What are those less obvious risk factors? Obesity does cause local biomechanical changes in the joint reducing shock absorbing ability and increasing load and force on the joint cartilage. Eventually the joint starts to break down. But fat cells (referred to as adipose tissue) also activate inflammation that is system-wide (throughout the entire body).

It turns out this low-grade inflammation has a direct and pathologic effect on the musculoskeletal system (especially bone and cartilage). Fat is not just a store house of energy. It is also a very active endocrine (hormone producing) gland. Blood tests confirm that this is the case with elevated levels of inflammatory markers measured in obese people.

Scientists haven't fully unraveled how obesity, systemic inflammation, and joint changes are all connected. But they are finding out more and more each day that may eventually help find a drug to prevent or at least manage osteoarthritis. This proinflammatory state of the obese body is also suspected as a contributing cause of hypertension, insulin resistance, and high cholesterol levels.

It is important to note that obesity is not the only reason joint osteoarthritis develops. Age, sex (female), family history, race, previous injury, and lifestyle are all known risk factors for osteoarthritis (OA). That's why OA is considered a multifactorial disease. Of all those risk factors, only obesity is considered modifiable (in other words, a risk factor you can do something about).
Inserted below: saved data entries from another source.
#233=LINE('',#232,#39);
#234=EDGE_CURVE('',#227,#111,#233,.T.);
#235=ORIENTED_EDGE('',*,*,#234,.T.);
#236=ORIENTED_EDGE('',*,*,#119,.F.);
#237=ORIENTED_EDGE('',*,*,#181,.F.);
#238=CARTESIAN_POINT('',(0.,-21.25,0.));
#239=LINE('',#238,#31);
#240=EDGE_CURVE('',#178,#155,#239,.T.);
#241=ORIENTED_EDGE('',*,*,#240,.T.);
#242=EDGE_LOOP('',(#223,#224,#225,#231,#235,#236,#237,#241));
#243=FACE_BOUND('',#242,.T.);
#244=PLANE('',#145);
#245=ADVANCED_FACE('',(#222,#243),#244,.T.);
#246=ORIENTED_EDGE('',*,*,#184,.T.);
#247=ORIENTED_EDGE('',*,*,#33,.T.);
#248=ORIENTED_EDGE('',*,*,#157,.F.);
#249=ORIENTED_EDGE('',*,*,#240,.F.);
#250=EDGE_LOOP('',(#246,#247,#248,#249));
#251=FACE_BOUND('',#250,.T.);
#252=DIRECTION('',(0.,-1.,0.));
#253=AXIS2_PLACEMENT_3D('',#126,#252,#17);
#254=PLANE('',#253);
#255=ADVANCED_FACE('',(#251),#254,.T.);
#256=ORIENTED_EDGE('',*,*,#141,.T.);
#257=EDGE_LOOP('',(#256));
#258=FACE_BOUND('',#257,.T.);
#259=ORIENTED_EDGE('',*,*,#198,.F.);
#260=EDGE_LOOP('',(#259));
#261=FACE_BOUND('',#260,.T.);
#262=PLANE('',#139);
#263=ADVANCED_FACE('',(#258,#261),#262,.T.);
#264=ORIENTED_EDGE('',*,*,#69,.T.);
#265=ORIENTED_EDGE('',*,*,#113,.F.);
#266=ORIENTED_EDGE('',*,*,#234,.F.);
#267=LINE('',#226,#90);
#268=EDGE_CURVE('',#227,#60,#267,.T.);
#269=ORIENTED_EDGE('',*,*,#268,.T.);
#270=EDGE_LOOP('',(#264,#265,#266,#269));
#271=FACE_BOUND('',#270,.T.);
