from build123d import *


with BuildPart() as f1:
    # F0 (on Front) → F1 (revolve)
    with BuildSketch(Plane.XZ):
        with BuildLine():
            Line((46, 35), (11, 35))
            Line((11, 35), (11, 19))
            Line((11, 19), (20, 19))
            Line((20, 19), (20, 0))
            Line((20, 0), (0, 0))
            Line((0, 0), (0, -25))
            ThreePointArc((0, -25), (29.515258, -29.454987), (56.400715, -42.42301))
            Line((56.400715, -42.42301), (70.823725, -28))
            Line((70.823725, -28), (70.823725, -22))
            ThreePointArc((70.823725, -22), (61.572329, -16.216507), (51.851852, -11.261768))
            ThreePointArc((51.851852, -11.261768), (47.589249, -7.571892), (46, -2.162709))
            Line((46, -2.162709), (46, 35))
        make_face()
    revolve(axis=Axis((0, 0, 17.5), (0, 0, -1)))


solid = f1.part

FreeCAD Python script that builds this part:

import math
import FreeCAD as App
import Part
import Sketcher

V = App.Vector
Q = App.Units.Quantity

doc = App.newDocument("Part")
body = doc.addObject("PartDesign::Body", "Body")

# Sketch on XZ plane
sketch1 = body.newObject("Sketcher::SketchObject", "Sketch")
sketch1.AttachmentSupport = (doc.getObject("XZ_Plane"), [""])
sketch1.MapMode = "FlatFace"
sketch1.addGeometry(Part.LineSegment(V(46, 35, 0), V(11, 35, 0)), False)
sketch1.addGeometry(Part.LineSegment(V(11, 35, 0), V(11, 19, 0)), False)
sketch1.addGeometry(Part.LineSegment(V(11, 19, 0), V(20, 19, 0)), False)
sketch1.addGeometry(Part.LineSegment(V(20, 19, 0), V(20, 0, 0)), False)
sketch1.addGeometry(Part.LineSegment(V(20, 0, 0), V(0, 0, 0)), False)
sketch1.addGeometry(Part.LineSegment(V(0, 0, 0), V(0, -25, 0)), False)
sketch1.addGeometry(Part.ArcOfCircle(Part.Circle(V(0, -125, 0), V(0, 0, 1), 100), math.radians(56), math.radians(90)), False)
sketch1.addGeometry(Part.LineSegment(V(56, -42, 0), V(71, -28, 0)), False)
sketch1.addGeometry(Part.LineSegment(V(71, -28, 0), V(71, -22, 0)), False)
sketch1.addGeometry(Part.ArcOfCircle(Part.Circle(V(0, -125, 0), V(0, 0, 1), 125), math.radians(55.49), math.radians(65.49)), False)
sketch1.addGeometry(Part.ArcOfCircle(Part.Circle(V(56, -2, 0), V(0, 0, 1), 10), math.radians(-180), math.radians(-115)), False)
sketch1.addGeometry(Part.LineSegment(V(46, -2, 0), V(46, 35, 0)), False)
sketch1.addConstraint(Sketcher.Constraint("Coincident", 0, 2, 1, 1))
sketch1.addConstraint(Sketcher.Constraint("Coincident", 1, 2, 2, 1))
sketch1.addConstraint(Sketcher.Constraint("Coincident", 2, 2, 3, 1))
sketch1.addConstraint(Sketcher.Constraint("Coincident", 3, 2, 4, 1))
sketch1.addConstraint(Sketcher.Constraint("Coincident", 4, 2, 5, 1))
sketch1.addConstraint(Sketcher.Constraint("Coincident", 5, 2, 6, 2))
sketch1.addConstraint(Sketcher.Constraint("Coincident", 6, 1, 7, 1))
sketch1.addConstraint(Sketcher.Constraint("Coincident", 7, 2, 8, 1))
sketch1.addConstraint(Sketcher.Constraint("Coincident", 8, 2, 9, 1))
sketch1.addConstraint(Sketcher.Constraint("Tangent", 9, 2, 10, 2))
sketch1.addConstraint(Sketcher.Constraint("Tangent", 10, 1, 11, 1))
sketch1.addConstraint(Sketcher.Constraint("Coincident", 11, 2, 0, 1))
sketch1.addConstraint(Sketcher.Constraint("Horizontal", 0))
sketch1.addConstraint(Sketcher.Constraint("Vertical", 1))
sketch1.addConstraint(Sketcher.Constraint("Horizontal", 2))
sketch1.addConstraint(Sketcher.Constraint("Vertical", 3))
sketch1.addConstraint(Sketcher.Constraint("Horizontal", 4))
sketch1.addConstraint(Sketcher.Constraint("Vertical", 5))
sketch1.addConstraint(Sketcher.Constraint("Vertical", 8))
sketch1.addConstraint(Sketcher.Constraint("Vertical", 11))
sketch1.addConstraint(Sketcher.Constraint("Coincident", 4, 2, -1, 1))
sketch1.addConstraint(Sketcher.Constraint("PointOnObject", 6, 3, -2))
sketch1.addConstraint(Sketcher.Constraint("Radius", 6, 100.0))
sketch1.addConstraint(Sketcher.Constraint("DistanceX", 0, 2, 0, 1, 35.0))
sketch1.addConstraint(Sketcher.Constraint("DistanceX", 2, 1, 2, 2, 9.0))
sketch1.addConstraint(Sketcher.Constraint("DistanceX", 4, 2, 4, 1, 20.0))
sketch1.addConstraint(Sketcher.Constraint("DistanceY", 1, 2, 1, 1, 16.0))
sketch1.addConstraint(Sketcher.Constraint("DistanceY", 3, 2, 3, 1, 19.0))
sketch1.addConstraint(Sketcher.Constraint("DistanceY", 5, 2, 5, 1, 25.0))
sketch1.addConstraint(Sketcher.Constraint("DistanceY", 8, 1, 8, 2, 6.0))
sketch1.addConstraint(Sketcher.Constraint("Angle", 7, Q("45 deg")))
sketch1.addConstraint(Sketcher.Constraint("DistanceY", 7, 2, -1, 1, 28.0))
sketch1.addConstraint(Sketcher.Constraint("Radius", 9, 124.999949))
sketch1.addConstraint(Sketcher.Constraint("Radius", 10, 10.000003))
sketch1.addConstraint(Sketcher.Constraint("DistanceY", 11, 1, 11, 2, 37.162709))
sketch1.addConstraint(Sketcher.Constraint("DistanceY", 9, 3, 10, 3, 122.837248))
revolution = body.newObject("PartDesign::Revolution", "Revolution")
revolution.Profile = sketch1
revolution.ReferenceAxis = (sketch1, ["V_Axis"])
revolution.Angle = 360

doc.recompute()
There isn't anything you can do to change your age, your past history of injuries, or family history. And even though it can be a challenge, weight loss is one way to change the biomechanical and systemic effects that lead to joint damage and degeneration. In fact, physicians are starting to think of weight loss as one of the most effective treatment approaches to osteoarthritis. Likewise, weight loss can directly affect chronic pain obese people experience from pressure on the surrounding soft tissue structures.

If you are overweight to the point of being considered obese, you know that weight loss isn't easy. Many health care professionals recommend education to prevent weight gain first. But for those whose body mass index (BMI) indicates they are already past 'normal' and in the overweight or obese zone, weight loss is still advised.

Strategies for successful weight loss include diet and exercise, behavioral counseling and incentive programs, and/or possibly bariatric surgery. Slow, gradual, but steady weight loss is always preferred because maintaining weight loss is just as challenging as losing the weight in the first place. Negative side effects of bariatric surgery (e.g., decreased bone mass, increased risk of bone fractures, failure with weight gain) make this approach less desirable.

In summary, joint osteoarthritis is no longer considered just a "wear-and-tear" type of arthritis. Obesity and the excess weight and load associated with obesity are major factors. But now we know there are inflammatory effects of adipose (fat) tissue that also contribute to joint destruction. Weight loss and exercise aren't always easy solutions but they are the most successful in addressing all of the local and systemic effects of obesity.

Reference: Ryan C. Koonce, MD, and Jonathan T. Bravman, MD. Obesity and Osteoarthritis: More Than Just Wear and Tear. In Journal of the American Academy of Orthopaedic Surgeons. March 2013. Vol. 21. No. 3. Pp. 161-169.